● EXERCISE AIM: Show all lines from the data that include the word "import".

● RECORD EXTRACTS:

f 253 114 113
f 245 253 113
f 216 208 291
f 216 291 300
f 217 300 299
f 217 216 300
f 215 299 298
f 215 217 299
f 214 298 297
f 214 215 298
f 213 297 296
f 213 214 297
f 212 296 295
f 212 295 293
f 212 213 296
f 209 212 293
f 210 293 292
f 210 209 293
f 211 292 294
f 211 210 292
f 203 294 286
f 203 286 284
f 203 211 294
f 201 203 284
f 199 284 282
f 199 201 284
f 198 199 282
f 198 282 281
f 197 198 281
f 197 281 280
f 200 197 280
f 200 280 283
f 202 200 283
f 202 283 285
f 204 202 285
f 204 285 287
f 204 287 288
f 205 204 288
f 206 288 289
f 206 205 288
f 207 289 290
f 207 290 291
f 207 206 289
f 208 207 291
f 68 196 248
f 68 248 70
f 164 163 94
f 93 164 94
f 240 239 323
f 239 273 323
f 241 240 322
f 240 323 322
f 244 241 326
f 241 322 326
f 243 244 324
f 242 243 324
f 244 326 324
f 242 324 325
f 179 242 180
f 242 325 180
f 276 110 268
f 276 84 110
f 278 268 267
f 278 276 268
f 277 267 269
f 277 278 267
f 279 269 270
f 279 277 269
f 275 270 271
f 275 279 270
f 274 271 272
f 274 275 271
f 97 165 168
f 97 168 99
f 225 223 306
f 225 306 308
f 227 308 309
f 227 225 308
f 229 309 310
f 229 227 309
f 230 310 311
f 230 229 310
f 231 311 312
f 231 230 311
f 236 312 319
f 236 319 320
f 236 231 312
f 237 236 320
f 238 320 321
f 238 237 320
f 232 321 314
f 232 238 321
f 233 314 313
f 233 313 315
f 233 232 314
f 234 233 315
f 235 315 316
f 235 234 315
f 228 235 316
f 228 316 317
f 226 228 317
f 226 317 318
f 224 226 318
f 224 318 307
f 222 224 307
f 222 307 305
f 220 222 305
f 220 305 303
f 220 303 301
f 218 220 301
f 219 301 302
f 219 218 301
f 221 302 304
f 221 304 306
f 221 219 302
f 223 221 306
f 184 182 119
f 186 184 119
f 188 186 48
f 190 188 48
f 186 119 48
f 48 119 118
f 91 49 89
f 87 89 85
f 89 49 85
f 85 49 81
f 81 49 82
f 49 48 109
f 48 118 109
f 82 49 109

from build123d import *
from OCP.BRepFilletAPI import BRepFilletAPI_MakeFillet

● RESPONSE TO THIS EXERCISE:
from build123d import *
from OCP.BRepFilletAPI import BRepFilletAPI_MakeFillet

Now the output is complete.